The last one is the talker:


They normally strike when I am at my busiest. Now i love talking to customers and see them leave with a smile, but they must also understand that at least 20% of my job is stocking the shelves for them and 10% is making sure the store is clean for them. When you occupy my time I do not get to do this. So when I hear talkers complaining about how the one shelf is so gross or why can't the cereal aisle be organized I'd love to say.... "Well do you mind letting me zone while we talk instead of asking for my undivided attention." I only have 8 hours in a day if I gave every customer my attention like I do to the talkers I'd be doing nothing but talking all day and I'd be fired. So my escape route is normally listening for what they talker is really looking for and excusing myself to go find this item in the backroom. Where I generally do find the item. I bring it to them and then say I need to see my manager, and escape to the backroom. I do offer if they need anymore help to feel free and ask, but after 45 minutes with the same customer it's time for me to get back to my department before I get coached for not working (yes they do this to employees we are expected to stock more than help customers. which I disagree with somewhat, but stocking is helping customers too. no one can buy items from an empty shelf)

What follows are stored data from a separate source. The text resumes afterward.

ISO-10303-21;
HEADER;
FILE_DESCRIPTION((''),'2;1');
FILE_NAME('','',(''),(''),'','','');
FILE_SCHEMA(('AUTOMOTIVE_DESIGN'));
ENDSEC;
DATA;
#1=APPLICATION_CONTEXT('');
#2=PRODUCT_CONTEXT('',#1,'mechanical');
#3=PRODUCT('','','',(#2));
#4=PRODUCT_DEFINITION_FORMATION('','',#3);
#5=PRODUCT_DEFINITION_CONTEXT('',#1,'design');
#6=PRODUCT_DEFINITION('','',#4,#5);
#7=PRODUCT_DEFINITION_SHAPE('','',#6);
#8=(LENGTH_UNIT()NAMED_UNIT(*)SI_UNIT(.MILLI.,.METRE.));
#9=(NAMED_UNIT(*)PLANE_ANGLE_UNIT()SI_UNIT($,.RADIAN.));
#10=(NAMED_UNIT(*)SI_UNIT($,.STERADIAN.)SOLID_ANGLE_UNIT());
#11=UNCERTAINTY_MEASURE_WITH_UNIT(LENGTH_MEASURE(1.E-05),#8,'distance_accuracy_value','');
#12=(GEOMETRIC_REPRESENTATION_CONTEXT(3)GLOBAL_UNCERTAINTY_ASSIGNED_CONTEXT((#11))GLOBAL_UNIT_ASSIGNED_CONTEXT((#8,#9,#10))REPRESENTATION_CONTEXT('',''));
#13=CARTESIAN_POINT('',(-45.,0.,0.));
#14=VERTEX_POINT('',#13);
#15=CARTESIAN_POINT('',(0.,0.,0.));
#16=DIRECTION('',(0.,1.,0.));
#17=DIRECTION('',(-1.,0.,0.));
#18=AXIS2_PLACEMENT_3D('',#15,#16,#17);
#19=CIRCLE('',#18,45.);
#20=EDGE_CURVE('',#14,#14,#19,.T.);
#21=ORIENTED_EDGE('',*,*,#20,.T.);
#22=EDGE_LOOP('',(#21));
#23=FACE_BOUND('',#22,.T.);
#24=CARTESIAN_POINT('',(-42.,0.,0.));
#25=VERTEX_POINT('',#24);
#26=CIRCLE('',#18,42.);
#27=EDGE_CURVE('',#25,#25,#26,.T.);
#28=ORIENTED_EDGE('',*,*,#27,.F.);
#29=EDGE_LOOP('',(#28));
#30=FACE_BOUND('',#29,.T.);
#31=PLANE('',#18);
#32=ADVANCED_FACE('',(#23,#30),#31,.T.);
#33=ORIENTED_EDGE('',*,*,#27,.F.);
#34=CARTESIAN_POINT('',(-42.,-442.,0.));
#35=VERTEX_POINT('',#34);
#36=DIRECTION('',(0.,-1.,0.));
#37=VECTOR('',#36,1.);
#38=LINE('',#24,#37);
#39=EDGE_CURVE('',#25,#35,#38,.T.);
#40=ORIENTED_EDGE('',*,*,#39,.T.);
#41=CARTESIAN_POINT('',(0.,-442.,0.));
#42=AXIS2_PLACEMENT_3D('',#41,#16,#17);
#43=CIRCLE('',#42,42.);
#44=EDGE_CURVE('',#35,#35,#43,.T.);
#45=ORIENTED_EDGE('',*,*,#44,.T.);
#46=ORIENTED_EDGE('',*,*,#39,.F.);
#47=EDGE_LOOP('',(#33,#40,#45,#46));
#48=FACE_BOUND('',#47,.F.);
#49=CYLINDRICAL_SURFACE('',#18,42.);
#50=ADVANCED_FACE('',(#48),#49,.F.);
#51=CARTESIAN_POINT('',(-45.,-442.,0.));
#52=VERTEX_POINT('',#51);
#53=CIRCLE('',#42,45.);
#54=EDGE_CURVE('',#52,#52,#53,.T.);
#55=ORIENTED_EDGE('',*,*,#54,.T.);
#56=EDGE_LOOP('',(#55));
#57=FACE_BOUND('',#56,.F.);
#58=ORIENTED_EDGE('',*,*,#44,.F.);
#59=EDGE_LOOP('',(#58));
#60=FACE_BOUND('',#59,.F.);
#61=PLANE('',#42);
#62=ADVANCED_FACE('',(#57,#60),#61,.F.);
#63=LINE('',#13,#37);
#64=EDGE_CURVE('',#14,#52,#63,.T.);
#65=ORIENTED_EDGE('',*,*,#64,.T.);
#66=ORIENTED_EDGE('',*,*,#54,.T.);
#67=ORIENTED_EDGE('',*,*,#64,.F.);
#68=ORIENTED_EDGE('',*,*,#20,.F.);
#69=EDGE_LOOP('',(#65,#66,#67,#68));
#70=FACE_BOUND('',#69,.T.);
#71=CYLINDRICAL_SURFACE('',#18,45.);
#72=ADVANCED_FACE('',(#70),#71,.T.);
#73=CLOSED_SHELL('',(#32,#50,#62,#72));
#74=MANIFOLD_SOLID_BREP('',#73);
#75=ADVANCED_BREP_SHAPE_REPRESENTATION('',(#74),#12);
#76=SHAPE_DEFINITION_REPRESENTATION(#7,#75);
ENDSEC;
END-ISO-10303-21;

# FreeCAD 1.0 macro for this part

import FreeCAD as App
import Part
import Sketcher
Q = App.Units.Quantity

doc = App.newDocument("Part")
body = doc.addObject("PartDesign::Body", "Body")

sketch1 = body.newObject("Sketcher::SketchObject", "Sketch")
sketch1.AttachmentSupport = (doc.getObject("XZ_Plane"), [""])
sketch1.MapMode = "FlatFace"
sketch1.addGeometry([
    Part.Circle(App.Vector(0, 0, 0), App.Vector(0, 0, 1), 45),
    Part.Circle(App.Vector(0, 0, 0), App.Vector(0, 0, 1), 42),
], False)
sketch1.addConstraint([
    Sketcher.Constraint("Coincident", 0, 3, -1, 1),
    Sketcher.Constraint("Coincident", 1, 3, -1, 1),
    Sketcher.Constraint("Diameter", 0, Q("90 mm")),
    Sketcher.Constraint("Diameter", 1, Q("84 mm")),
])
pad1 = body.newObject("PartDesign::Pad", "Pad")
pad1.Profile = sketch1
pad1.Length = 442

doc.recompute()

Alright, there is my rant of my retail jungle I work in. Note: I love helping customers. It's why I became a department manager. Even stepping down I have more knowledge to help people. My best days are those customers who come in frantic and need this and that, and when they leave they have all they need. Especially finding specialty items. So my question is, why do I get treated so badly sometimes. I chose this job specifically because I like human contact. Maybe I should reconsider and get a nice desk job? Na... I'll see you guys next time you shop, and btw vinegar is in he condiments aisle not in baking. I still don't know why. :P

Offline Keefie

Re: Retail jungle
« Reply #1 on: October 15, 2011, 02:59:23 AM »
Hah, that's a nice people-watching rant.
Generally, if people talk to me i give them one word answers till they get bored or just zone out~
I'm not in retail but i'm an electrician so people do try to talk to me, i'm just no good at small talk - even with my friends. I make the effort though because if people like you they're more likely to ask for you again, good rep and all that. n.n
But anyway, i'd imagine the vinegar goes in the condiments aisle. Then again i'm English so it sits alongside salt to go on my fish and chips. x3
Thanks for the humorous observations on society, i enjoyed reading it. If you do get a desk job i expect a rant on co-worker types or caller types.

Offline Caehlim

Re: Retail jungle
« Reply #2 on: October 15, 2011, 09:57:01 AM »
vinegar is in he condiments aisle not in baking. I still don't know why. :P

Vinegar is used as a condiment on a Pie Floater.